Indian Chief 'Two Eagles' was asked by a white government official; "You have observed the white man for 90 years. You've seen his wars and his technological advances. You've seen his progress, and the damage he's done." 

The Chief nodded in agreement.  

The official continued; "Considering all these events, in your opinion, where did the white man go wrong?" 

The Chief stared at the government official for over a minute and then calmly replied.. "When white man find land, Indians running it, no taxes, no debt, plenty buffalo, plenty beaver, clean water. Women did all the work, Medicine Man free. Indian man spend all day hunting and fishing; all night having sex." 

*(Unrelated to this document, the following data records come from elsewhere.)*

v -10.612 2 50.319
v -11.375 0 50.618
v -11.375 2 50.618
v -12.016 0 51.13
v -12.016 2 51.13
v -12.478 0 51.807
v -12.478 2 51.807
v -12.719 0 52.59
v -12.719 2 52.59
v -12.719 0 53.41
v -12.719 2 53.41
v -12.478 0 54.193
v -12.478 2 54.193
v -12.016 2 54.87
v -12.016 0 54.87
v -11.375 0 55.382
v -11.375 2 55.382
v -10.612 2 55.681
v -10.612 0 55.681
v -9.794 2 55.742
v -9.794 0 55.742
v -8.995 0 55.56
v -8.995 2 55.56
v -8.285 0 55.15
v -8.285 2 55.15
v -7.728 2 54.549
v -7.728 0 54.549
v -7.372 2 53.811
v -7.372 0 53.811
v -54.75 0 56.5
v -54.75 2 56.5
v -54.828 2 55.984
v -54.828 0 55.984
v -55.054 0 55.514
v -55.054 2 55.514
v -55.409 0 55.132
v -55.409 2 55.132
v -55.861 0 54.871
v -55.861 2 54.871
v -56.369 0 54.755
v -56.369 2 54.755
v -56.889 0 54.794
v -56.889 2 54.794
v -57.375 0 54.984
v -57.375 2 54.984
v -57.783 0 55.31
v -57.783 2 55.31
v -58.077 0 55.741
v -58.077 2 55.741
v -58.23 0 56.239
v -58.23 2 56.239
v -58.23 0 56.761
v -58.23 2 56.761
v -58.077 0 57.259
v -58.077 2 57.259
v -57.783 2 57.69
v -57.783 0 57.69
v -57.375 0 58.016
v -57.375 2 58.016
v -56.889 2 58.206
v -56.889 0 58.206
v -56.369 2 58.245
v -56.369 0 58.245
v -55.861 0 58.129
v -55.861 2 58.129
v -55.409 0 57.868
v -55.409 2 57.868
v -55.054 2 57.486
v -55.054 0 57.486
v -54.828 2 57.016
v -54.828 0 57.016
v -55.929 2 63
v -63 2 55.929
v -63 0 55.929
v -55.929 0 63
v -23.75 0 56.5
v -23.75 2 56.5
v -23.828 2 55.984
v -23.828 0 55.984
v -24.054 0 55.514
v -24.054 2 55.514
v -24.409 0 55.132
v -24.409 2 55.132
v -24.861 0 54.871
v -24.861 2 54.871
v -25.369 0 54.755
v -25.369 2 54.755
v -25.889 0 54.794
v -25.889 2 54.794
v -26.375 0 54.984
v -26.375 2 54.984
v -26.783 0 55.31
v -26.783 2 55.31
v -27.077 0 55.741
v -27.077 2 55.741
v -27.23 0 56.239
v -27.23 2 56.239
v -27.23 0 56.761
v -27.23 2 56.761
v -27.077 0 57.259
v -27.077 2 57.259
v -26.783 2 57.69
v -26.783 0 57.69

Then the chief leaned back and smiled; "Only white man dumb enough to think he could improve system like that."   ​


----------



## xotoxi

Do you see the irony of your joke?


----------



## 007

You call'um me white keemosobi?


----------



## xÞx

Pale Rider said:


> *Where Did The White Man Go Wrong?​*
> 
> 
> 
> Indian Chief 'Two Eagles' was asked by a white government official; "You have observed the white man for 90 years. You've seen his wars and his technological advances. You've seen his progress, and the damage he's done."
> 
> The Chief nodded in agreement.
> 
> The official continued; "Considering all these events, in your opinion, where did the white man go wrong?"
> 
> The Chief stared at the government official for over a minute and then calmly replied.. "When white man find land, Indians running it, no taxes, no debt, plenty buffalo, plenty beaver, clean water. Women did all the work, Medicine Man free. Indian man spend all day hunting and fishing; all night having sex."
> 
> Then the chief leaned back and smiled; "Only white man dumb enough to think he could improve system like that."   ​



So you admit that a form of socialism not only can work but was far superior to what we have now?


----------



## xÞx

xÞx;1638189 said:
			
		

> Pale Rider said:
> 
> 
> 
> *Where Did The White Man Go Wrong?​*
> 
> 
> 
> Indian Chief 'Two Eagles' was asked by a white government official; "You have observed the white man for 90 years. You've seen his wars and his technological advances. You've seen his progress, and the damage he's done."
> 
> The Chief nodded in agreement.
> 
> The official continued; "Considering all these events, in your opinion, where did the white man go wrong?"
> 
> The Chief stared at the government official for over a minute and then calmly replied.. "When white man find land, Indians running it, no taxes, no debt, plenty buffalo, plenty beaver, clean water. Women did all the work, Medicine Man free. Indian man spend all day hunting and fishing; all night having sex."
> 
> Then the chief leaned back and smiled; "Only white man dumb enough to think he could improve system like that."   ​
> 
> 
> 
> 
> So you admit that a form of socialism not only can work but was far superior to what we have now?
Click to expand...


Funny how so many idiots are so angry they can't even form words in their rep comments


----------



## Charles Stucker

xÞx;1638189 said:
			
		

> So you admit that a form of socialism not only can work but was far superior to what we have now?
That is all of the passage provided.